*DATA IN THIS EXERCISE*.
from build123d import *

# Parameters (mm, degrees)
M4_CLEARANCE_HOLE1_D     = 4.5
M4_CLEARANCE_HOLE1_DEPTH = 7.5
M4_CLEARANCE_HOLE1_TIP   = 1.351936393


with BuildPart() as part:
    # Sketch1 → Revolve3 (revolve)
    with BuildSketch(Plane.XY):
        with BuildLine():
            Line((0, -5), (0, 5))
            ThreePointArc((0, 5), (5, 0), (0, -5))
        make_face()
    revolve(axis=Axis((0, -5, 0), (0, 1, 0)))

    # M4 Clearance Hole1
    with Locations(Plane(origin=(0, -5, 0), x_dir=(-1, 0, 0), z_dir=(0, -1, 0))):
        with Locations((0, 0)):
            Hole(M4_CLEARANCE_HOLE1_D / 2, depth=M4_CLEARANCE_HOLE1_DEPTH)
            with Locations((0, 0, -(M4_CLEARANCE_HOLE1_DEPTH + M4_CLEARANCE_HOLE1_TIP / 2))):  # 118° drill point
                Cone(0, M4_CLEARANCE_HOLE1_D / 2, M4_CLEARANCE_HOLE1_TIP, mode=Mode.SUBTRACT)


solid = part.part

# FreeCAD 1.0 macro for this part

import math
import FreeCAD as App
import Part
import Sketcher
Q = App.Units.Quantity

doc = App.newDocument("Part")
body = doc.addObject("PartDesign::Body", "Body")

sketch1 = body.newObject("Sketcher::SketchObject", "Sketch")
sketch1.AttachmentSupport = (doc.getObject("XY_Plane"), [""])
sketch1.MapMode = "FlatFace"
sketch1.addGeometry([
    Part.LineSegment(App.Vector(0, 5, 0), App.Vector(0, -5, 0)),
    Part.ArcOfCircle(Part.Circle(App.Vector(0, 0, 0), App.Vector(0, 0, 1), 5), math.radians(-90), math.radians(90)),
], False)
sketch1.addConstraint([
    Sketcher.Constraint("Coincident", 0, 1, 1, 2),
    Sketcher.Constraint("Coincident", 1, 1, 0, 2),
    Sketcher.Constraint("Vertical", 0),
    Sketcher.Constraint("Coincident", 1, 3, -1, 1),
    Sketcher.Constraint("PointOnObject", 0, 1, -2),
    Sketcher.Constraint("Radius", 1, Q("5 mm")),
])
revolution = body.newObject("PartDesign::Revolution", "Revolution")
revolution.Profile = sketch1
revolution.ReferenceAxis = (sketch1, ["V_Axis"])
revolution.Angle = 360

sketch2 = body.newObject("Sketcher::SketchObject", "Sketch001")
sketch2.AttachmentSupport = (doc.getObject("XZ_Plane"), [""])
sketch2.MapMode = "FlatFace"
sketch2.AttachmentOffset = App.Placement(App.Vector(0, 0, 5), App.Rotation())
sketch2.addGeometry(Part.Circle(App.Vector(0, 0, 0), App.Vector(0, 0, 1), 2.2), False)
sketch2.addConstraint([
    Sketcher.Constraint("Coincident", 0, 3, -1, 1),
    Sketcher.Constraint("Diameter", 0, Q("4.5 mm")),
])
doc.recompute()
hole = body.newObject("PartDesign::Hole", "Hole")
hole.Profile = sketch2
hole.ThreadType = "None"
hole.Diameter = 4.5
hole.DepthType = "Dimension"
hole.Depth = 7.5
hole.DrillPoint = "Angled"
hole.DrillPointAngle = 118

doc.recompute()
...
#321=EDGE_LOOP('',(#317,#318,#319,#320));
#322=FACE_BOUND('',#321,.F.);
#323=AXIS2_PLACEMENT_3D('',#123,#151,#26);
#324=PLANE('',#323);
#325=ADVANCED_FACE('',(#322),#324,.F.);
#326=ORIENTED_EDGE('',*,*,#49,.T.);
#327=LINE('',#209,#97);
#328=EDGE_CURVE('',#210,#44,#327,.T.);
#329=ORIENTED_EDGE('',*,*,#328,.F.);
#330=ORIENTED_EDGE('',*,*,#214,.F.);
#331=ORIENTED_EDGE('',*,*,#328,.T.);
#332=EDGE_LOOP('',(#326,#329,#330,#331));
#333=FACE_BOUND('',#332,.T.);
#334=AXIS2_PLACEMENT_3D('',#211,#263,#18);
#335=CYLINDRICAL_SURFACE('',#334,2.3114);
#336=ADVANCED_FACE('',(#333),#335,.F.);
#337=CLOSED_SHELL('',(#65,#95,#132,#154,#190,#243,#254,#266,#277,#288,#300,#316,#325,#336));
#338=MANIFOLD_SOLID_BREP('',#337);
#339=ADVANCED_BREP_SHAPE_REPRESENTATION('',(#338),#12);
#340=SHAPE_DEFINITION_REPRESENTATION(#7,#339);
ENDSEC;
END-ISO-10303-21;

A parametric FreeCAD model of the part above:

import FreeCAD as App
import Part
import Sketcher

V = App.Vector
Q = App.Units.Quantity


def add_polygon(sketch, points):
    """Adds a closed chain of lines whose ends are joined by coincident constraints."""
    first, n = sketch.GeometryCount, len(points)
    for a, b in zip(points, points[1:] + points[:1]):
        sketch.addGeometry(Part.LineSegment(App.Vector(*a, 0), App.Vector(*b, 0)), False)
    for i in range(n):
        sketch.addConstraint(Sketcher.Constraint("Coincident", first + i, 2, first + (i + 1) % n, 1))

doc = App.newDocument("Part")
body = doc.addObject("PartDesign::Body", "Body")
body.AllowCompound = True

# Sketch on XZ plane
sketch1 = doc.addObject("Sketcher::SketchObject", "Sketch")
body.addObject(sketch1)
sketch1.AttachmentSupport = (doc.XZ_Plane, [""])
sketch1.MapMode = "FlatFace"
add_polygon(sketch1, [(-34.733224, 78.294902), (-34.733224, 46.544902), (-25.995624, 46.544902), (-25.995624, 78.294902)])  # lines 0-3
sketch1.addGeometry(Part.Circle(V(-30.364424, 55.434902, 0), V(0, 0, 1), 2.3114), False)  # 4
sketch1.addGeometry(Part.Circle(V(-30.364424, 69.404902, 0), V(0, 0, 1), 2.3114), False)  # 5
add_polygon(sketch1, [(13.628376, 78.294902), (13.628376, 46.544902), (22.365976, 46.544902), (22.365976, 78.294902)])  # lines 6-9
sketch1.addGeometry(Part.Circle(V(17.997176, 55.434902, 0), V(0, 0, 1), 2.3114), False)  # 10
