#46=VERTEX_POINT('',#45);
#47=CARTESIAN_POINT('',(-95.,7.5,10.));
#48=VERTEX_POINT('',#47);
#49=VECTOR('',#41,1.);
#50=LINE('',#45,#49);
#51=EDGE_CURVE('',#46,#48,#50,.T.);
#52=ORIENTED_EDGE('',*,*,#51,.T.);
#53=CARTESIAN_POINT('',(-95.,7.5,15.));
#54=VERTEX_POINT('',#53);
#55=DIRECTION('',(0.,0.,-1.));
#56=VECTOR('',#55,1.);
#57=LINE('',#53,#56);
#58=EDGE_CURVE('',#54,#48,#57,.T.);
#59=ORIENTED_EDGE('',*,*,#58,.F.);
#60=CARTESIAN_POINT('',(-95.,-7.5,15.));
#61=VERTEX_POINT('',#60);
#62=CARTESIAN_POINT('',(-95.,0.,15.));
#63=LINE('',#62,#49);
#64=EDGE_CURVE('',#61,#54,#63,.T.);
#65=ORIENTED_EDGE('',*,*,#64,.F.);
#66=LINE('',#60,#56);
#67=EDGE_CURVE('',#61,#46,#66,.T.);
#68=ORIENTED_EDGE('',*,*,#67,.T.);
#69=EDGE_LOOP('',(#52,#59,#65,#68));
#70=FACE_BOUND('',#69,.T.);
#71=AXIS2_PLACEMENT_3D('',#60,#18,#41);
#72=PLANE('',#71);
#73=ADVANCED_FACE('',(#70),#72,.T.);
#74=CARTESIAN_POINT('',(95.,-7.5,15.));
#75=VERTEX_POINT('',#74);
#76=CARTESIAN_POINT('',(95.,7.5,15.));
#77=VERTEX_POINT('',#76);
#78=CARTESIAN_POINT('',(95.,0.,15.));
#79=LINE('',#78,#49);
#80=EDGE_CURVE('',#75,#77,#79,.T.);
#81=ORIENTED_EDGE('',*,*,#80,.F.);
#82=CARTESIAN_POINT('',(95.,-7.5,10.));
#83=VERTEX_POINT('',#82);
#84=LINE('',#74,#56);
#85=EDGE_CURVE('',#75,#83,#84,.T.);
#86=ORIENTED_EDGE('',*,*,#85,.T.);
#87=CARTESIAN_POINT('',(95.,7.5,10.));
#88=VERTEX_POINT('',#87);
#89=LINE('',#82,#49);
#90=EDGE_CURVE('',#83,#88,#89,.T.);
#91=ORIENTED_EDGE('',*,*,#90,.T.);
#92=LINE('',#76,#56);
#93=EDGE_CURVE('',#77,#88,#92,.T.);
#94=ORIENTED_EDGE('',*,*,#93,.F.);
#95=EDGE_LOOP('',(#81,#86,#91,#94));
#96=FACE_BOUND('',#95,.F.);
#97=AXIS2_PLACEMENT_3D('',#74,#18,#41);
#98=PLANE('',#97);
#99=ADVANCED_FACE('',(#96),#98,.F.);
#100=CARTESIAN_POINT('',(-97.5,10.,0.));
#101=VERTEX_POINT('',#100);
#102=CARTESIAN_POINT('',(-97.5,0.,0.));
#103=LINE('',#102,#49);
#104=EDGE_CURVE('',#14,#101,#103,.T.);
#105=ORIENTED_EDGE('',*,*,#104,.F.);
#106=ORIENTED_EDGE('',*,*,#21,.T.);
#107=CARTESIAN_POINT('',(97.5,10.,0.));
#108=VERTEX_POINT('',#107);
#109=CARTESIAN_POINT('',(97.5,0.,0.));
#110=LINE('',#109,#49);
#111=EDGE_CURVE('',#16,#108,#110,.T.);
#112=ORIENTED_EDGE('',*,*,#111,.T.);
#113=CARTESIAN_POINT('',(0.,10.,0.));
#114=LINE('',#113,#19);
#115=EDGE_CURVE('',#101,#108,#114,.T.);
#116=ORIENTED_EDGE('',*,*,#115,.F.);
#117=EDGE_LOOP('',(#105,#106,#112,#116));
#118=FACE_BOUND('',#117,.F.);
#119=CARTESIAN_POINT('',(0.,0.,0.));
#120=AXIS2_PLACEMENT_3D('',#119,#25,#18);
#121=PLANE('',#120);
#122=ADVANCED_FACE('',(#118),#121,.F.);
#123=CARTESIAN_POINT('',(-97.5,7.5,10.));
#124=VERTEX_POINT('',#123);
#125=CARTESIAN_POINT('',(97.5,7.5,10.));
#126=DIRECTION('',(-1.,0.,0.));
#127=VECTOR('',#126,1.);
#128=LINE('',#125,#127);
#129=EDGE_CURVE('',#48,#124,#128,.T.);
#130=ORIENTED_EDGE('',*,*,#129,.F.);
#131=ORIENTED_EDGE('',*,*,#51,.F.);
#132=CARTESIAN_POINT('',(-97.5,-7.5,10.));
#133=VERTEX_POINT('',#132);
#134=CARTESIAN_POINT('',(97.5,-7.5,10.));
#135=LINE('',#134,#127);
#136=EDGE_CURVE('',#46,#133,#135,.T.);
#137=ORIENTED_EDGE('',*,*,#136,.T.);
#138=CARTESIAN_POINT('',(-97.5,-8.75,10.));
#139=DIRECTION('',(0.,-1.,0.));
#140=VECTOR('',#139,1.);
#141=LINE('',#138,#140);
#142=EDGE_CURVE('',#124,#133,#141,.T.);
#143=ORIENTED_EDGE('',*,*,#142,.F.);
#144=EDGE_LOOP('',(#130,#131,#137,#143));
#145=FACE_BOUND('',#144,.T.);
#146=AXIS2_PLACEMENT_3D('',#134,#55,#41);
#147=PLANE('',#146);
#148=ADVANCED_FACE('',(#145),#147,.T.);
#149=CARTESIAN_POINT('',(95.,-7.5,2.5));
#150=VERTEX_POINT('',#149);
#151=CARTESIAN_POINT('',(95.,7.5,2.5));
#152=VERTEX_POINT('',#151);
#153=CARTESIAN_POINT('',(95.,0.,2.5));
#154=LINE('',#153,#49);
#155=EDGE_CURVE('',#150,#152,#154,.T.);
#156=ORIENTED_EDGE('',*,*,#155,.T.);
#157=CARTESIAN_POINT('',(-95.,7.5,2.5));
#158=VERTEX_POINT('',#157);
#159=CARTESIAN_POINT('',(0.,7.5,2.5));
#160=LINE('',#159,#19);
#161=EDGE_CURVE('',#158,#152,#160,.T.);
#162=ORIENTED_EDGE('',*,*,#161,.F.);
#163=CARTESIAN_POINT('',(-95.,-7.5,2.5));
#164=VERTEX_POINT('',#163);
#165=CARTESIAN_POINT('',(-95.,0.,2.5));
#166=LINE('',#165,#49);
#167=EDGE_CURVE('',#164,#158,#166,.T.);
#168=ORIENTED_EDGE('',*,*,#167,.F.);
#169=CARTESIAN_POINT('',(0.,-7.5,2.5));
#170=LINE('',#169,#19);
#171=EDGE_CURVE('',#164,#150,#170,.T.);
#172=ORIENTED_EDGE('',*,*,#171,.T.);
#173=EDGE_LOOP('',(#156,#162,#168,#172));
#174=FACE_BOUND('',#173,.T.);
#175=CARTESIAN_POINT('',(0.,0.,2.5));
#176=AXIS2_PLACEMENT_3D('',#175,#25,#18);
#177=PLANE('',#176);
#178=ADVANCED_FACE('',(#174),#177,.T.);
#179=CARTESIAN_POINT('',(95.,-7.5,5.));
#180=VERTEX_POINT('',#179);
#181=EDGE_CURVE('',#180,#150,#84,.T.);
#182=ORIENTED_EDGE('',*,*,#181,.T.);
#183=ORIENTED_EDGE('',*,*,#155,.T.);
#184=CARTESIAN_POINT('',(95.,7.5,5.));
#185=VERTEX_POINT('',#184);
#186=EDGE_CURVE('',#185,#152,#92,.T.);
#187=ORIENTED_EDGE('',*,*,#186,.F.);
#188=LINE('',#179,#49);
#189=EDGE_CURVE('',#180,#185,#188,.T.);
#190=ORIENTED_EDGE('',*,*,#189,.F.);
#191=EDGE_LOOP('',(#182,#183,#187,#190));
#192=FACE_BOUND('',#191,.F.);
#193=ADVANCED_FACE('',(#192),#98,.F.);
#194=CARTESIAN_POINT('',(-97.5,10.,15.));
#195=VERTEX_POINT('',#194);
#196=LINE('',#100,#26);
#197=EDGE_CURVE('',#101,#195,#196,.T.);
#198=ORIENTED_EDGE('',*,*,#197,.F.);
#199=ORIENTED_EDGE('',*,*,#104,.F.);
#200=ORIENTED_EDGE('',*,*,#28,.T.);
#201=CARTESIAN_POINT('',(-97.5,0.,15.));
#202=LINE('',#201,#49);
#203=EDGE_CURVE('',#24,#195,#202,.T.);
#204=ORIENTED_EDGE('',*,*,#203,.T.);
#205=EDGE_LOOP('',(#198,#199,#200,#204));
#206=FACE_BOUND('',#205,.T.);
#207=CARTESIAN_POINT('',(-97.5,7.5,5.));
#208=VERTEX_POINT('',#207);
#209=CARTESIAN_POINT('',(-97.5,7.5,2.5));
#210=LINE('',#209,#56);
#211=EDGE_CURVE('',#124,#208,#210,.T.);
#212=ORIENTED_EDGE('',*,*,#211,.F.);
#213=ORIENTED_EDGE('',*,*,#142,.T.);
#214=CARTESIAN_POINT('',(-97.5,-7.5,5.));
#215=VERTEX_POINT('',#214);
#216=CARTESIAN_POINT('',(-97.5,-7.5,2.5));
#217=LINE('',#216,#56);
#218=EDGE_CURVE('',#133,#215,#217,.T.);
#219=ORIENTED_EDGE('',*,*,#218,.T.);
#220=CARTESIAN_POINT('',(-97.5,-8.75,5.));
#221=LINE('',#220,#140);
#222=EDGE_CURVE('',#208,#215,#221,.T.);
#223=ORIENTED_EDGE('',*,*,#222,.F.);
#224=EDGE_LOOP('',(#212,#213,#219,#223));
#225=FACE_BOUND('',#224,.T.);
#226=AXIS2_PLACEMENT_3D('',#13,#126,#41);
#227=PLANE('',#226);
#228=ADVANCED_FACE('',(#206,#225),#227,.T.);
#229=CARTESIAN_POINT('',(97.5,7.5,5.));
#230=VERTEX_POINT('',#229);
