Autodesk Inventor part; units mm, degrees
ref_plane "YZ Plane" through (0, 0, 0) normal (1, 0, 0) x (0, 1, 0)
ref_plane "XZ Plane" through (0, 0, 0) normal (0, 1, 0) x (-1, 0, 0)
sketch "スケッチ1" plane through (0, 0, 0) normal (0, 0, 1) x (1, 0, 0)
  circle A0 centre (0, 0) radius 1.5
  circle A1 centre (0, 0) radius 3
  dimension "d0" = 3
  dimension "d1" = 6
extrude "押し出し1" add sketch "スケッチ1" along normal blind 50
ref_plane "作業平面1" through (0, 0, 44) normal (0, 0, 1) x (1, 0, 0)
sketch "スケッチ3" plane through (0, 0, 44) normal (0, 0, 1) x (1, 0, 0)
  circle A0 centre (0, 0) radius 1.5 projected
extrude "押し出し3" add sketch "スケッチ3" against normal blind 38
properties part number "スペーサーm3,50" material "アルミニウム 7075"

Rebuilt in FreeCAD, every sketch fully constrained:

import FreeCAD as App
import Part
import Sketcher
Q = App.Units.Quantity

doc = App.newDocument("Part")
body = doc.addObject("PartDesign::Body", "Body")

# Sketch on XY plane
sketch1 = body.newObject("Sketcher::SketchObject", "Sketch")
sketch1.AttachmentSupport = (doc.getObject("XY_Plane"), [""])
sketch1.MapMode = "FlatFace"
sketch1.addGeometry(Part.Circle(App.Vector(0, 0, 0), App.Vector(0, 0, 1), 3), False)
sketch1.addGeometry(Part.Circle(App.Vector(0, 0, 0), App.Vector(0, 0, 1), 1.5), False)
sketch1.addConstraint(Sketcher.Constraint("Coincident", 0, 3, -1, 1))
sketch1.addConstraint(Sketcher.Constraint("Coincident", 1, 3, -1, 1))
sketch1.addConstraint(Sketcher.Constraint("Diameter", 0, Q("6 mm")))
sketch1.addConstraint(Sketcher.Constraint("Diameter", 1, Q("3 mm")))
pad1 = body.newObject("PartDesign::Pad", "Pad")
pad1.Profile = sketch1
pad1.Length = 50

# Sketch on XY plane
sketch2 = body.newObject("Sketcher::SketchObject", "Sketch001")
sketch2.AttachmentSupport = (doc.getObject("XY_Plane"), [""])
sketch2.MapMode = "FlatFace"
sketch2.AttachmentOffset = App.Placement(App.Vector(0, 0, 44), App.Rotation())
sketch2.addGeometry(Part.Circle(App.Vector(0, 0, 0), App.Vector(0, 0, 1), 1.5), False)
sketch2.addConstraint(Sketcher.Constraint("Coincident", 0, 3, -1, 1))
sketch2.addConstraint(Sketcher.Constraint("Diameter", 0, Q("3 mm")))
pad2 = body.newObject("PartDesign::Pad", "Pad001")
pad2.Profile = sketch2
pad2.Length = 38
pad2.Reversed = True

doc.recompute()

*WHAT IS BEING ASKED*. Please give back exactly the lines of this listing beginning at the line with "#126=DIRECTION('',(-1.,0.,0.));" and ending with the line with "#182=ORIENTED_EDGE('',*,*,#181,.T.);", both included, and nothing else.

*REPLY TO THE EXERCISE*.
#126=DIRECTION('',(-1.,0.,0.));
#127=VECTOR('',#126,1.);
#128=LINE('',#125,#127);
#129=EDGE_CURVE('',#48,#124,#128,.T.);
#130=ORIENTED_EDGE('',*,*,#129,.F.);
#131=ORIENTED_EDGE('',*,*,#51,.F.);
#132=CARTESIAN_POINT('',(-97.5,-7.5,10.));
#133=VERTEX_POINT('',#132);
#134=CARTESIAN_POINT('',(97.5,-7.5,10.));
#135=LINE('',#134,#127);
#136=EDGE_CURVE('',#46,#133,#135,.T.);
#137=ORIENTED_EDGE('',*,*,#136,.T.);
#138=CARTESIAN_POINT('',(-97.5,-8.75,10.));
#139=DIRECTION('',(0.,-1.,0.));
#140=VECTOR('',#139,1.);
#141=LINE('',#138,#140);
#142=EDGE_CURVE('',#124,#133,#141,.T.);
#143=ORIENTED_EDGE('',*,*,#142,.F.);
#144=EDGE_LOOP('',(#130,#131,#137,#143));
#145=FACE_BOUND('',#144,.T.);
#146=AXIS2_PLACEMENT_3D('',#134,#55,#41);
#147=PLANE('',#146);
#148=ADVANCED_FACE('',(#145),#147,.T.);
#149=CARTESIAN_POINT('',(95.,-7.5,2.5));
#150=VERTEX_POINT('',#149);
#151=CARTESIAN_POINT('',(95.,7.5,2.5));
#152=VERTEX_POINT('',#151);
#153=CARTESIAN_POINT('',(95.,0.,2.5));
#154=LINE('',#153,#49);
#155=EDGE_CURVE('',#150,#152,#154,.T.);
#156=ORIENTED_EDGE('',*,*,#155,.T.);
#157=CARTESIAN_POINT('',(-95.,7.5,2.5));
#158=VERTEX_POINT('',#157);
#159=CARTESIAN_POINT('',(0.,7.5,2.5));
#160=LINE('',#159,#19);
#161=EDGE_CURVE('',#158,#152,#160,.T.);
#162=ORIENTED_EDGE('',*,*,#161,.F.);
#163=CARTESIAN_POINT('',(-95.,-7.5,2.5));
#164=VERTEX_POINT('',#163);
#165=CARTESIAN_POINT('',(-95.,0.,2.5));
#166=LINE('',#165,#49);
#167=EDGE_CURVE('',#164,#158,#166,.T.);
#168=ORIENTED_EDGE('',*,*,#167,.F.);
#169=CARTESIAN_POINT('',(0.,-7.5,2.5));
#170=LINE('',#169,#19);
#171=EDGE_CURVE('',#164,#150,#170,.T.);
#172=ORIENTED_EDGE('',*,*,#171,.T.);
#173=EDGE_LOOP('',(#156,#162,#168,#172));
#174=FACE_BOUND('',#173,.T.);
#175=CARTESIAN_POINT('',(0.,0.,2.5));
#176=AXIS2_PLACEMENT_3D('',#175,#25,#18);
#177=PLANE('',#176);
#178=ADVANCED_FACE('',(#174),#177,.T.);
#179=CARTESIAN_POINT('',(95.,-7.5,5.));
#180=VERTEX_POINT('',#179);
#181=EDGE_CURVE('',#180,#150,#84,.T.);
#182=ORIENTED_EDGE('',*,*,#181,.T.);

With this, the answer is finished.